Practical Application: Failure-Specific Branching

The use of on_failure is often a solution to issues where shell scripts within a job cannot accurately detect failure states due to how GitLab runners handle exit codes. Some users have reported that if statements within a script block are entered even when a process exits with 0 or when a folder is correctly created.

By moving the fallback logic into a separate job with when: on_failure, the developer shifts the responsibility of failure detection from the shell script to the GitLab CI coordinator. This ensures that the recovery action—such as creating a branch on GitHub from a GitLab runner—only occurs when the primary job truly fails. This architectural shift reduces the complexity of the script and increases the reliability of the pipeline's conditional execution.

Analysis of Failure Patterns

The implementation of on_failure reveals a fundamental tension in GitLab CI between "Pipeline Status" and "Job Execution."

The primary issue is that on_failure is not a trigger for "any error," but a trigger for a "Pipeline Failure State." When a user employs allow_failure: true, they are explicitly telling the coordinator that the error should not change the pipeline state. Consequently, any job waiting for an on_failure trigger is waiting for a state change that will never happen.

Furthermore, the inconsistency between when as a top-level keyword and when within rules suggests a divergence in how GitLab processes job eligibility. In a top-level when configuration, the runner evaluates the state of the entire pipeline. In a rules configuration, the evaluation is more focused on the specific conditions defined in the rule list.
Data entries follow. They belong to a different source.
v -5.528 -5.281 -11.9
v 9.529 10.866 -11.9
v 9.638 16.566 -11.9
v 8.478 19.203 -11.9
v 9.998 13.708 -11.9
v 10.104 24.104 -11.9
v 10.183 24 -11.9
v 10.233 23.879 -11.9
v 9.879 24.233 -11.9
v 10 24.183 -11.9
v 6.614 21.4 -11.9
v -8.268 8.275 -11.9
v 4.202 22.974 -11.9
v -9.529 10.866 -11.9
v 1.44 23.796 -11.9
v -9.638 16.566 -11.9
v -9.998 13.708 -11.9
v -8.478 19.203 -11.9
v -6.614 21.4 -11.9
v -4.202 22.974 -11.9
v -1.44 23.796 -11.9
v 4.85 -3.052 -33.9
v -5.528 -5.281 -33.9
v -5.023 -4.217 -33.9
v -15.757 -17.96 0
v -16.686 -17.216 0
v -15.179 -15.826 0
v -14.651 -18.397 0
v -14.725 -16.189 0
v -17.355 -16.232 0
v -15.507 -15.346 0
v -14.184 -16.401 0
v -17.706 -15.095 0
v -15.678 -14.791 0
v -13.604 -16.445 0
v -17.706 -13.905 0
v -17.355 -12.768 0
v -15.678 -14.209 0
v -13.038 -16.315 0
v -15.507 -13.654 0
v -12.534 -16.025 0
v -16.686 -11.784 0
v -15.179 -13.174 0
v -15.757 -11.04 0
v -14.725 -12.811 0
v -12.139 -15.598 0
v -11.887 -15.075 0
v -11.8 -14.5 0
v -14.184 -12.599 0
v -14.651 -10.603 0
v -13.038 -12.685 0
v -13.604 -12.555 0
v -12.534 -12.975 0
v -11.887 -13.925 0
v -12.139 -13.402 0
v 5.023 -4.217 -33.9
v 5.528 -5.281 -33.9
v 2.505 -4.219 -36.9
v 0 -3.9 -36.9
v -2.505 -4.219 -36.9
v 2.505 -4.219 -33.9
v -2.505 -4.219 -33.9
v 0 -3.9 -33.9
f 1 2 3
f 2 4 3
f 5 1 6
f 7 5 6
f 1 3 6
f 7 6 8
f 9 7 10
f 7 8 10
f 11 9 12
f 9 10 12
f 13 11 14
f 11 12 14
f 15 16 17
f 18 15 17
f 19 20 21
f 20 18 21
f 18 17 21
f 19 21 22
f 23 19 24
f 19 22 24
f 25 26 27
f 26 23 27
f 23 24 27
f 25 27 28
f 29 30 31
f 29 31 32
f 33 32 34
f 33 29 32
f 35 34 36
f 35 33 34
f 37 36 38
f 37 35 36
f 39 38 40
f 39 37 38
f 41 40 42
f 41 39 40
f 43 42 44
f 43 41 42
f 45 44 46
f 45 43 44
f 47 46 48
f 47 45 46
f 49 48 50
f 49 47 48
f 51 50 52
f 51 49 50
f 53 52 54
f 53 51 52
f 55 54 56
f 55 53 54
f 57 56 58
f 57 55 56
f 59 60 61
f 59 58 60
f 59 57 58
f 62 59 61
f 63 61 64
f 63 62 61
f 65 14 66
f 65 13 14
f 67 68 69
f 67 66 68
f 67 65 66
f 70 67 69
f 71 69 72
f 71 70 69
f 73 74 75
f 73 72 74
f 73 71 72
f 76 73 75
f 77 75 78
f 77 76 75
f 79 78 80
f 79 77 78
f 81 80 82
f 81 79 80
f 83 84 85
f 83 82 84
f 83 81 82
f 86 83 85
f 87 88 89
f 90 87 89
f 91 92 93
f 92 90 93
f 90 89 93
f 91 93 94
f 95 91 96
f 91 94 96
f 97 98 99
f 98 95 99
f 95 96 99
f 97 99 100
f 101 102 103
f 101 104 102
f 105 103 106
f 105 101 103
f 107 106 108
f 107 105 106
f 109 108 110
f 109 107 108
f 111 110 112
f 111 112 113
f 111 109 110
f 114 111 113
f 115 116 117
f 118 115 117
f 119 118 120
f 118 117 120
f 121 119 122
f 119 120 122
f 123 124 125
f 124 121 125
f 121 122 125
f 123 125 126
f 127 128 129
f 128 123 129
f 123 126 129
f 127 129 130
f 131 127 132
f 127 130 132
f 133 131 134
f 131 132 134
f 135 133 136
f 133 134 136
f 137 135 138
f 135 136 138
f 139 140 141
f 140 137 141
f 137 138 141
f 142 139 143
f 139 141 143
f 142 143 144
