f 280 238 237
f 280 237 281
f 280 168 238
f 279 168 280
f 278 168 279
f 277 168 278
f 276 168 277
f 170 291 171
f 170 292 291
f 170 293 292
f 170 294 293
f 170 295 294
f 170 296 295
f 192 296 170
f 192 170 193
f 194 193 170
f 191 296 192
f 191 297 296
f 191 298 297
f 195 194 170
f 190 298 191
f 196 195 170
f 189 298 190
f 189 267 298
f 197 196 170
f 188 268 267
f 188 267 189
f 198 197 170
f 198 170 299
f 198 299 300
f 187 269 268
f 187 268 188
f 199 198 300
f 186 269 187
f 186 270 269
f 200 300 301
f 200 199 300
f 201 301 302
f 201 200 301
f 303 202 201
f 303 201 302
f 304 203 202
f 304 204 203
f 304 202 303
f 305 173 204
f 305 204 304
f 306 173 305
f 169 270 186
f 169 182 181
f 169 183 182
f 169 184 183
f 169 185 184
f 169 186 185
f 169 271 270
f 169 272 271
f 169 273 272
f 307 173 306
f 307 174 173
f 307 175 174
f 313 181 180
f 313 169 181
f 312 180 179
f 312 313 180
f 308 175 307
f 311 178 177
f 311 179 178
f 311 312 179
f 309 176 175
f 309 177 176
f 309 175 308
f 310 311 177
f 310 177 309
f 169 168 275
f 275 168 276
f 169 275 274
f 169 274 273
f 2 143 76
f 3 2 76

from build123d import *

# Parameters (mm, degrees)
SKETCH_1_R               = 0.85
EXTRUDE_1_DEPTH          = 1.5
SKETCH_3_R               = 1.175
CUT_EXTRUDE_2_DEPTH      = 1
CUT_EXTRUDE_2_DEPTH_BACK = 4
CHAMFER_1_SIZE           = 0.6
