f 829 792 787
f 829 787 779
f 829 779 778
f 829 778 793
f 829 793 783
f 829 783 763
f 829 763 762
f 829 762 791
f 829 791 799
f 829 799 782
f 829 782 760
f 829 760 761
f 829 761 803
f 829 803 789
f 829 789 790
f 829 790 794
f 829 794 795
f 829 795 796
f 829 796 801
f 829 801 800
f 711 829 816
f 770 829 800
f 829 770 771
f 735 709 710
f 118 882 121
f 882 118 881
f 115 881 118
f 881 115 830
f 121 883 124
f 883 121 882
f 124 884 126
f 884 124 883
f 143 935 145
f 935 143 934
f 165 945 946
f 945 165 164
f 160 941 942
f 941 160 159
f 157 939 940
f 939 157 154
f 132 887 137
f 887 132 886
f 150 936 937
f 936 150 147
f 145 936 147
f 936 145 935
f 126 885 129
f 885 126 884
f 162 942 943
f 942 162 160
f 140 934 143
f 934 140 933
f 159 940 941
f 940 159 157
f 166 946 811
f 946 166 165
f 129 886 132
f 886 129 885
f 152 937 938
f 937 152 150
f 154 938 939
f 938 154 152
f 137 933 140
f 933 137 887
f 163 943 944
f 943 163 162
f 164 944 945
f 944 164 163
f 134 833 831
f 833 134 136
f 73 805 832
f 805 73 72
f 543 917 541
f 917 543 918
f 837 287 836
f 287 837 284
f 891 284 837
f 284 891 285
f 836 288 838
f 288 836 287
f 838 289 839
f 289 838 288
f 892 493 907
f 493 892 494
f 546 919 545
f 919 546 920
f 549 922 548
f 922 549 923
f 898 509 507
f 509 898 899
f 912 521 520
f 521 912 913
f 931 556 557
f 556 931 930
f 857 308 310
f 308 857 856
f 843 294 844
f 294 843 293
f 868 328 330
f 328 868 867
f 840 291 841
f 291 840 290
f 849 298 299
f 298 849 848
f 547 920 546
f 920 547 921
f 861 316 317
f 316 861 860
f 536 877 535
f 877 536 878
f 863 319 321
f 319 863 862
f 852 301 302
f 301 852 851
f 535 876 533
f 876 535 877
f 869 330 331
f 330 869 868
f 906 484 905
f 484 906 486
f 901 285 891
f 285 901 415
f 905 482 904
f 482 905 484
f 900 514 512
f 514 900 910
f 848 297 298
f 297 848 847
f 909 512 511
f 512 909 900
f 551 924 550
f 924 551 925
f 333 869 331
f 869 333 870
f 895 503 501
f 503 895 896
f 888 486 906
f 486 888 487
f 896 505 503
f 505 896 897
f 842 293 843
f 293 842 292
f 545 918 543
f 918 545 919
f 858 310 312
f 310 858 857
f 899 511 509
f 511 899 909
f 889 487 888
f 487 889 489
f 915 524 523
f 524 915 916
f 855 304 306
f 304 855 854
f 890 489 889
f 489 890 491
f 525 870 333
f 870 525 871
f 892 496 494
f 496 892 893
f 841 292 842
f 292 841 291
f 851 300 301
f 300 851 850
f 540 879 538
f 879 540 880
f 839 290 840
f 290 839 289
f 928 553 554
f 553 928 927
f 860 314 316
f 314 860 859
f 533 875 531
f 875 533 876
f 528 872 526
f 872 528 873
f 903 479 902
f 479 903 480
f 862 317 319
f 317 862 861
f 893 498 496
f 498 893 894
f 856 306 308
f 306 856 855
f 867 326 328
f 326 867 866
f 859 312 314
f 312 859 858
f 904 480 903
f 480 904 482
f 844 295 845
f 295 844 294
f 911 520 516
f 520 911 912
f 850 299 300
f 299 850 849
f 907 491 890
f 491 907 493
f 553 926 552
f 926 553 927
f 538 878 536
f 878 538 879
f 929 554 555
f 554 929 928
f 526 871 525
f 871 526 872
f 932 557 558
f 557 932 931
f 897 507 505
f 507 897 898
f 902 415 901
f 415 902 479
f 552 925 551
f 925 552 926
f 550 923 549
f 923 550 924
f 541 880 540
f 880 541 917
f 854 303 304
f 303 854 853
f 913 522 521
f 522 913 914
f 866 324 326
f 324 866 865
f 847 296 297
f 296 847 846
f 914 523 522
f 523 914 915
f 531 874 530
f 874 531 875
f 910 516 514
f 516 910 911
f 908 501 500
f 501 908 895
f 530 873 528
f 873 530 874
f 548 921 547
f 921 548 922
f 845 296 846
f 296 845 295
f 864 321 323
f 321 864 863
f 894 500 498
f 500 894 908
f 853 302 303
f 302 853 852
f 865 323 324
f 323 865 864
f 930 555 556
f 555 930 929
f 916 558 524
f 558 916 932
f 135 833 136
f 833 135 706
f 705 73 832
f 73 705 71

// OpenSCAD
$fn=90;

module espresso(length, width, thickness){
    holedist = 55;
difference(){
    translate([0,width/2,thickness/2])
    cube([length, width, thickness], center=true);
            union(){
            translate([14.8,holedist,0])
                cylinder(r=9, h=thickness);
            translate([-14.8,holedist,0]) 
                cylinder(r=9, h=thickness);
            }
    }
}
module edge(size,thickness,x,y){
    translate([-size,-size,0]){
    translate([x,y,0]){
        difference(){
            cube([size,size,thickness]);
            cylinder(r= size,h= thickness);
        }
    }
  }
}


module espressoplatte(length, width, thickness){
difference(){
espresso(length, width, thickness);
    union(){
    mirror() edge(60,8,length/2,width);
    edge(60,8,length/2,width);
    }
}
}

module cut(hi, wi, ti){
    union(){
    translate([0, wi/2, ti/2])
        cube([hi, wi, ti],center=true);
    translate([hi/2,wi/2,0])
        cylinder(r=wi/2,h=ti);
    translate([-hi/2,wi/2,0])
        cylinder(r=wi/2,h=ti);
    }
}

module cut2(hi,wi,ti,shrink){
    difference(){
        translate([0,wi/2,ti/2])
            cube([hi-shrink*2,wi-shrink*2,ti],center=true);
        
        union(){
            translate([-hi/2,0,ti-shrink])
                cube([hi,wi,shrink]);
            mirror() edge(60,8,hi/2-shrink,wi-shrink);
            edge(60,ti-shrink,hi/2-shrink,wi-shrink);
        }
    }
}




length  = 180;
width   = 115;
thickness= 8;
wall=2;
When a user tries to use rules to simulate an always behavior (by listing both on_success and on_failure), the system may fail to execute the job because it treats the rules as a set of mutually exclusive conditions for the job's existence, rather than a set of triggers for its execution.

To achieve a truly robust failure handling system, the following architectural principles should be applied:

Use allow_failure: false for any job whose failure must trigger a subsequent recovery or cleanup job.
Avoid relying on rules for status-based variables if the goal is to ensure a job runs in all scenarios; instead, use when: always or separate jobs for success and failure.
Utilize needs to create direct dependencies for failure handling, but be aware that this does not automatically clear the "failed" status of the pipeline for subsequent stages.
Shift complex conditional shell logic (e.g., checking for directory existence) into separate on_failure jobs to utilize the CI coordinator's native exit code tracking.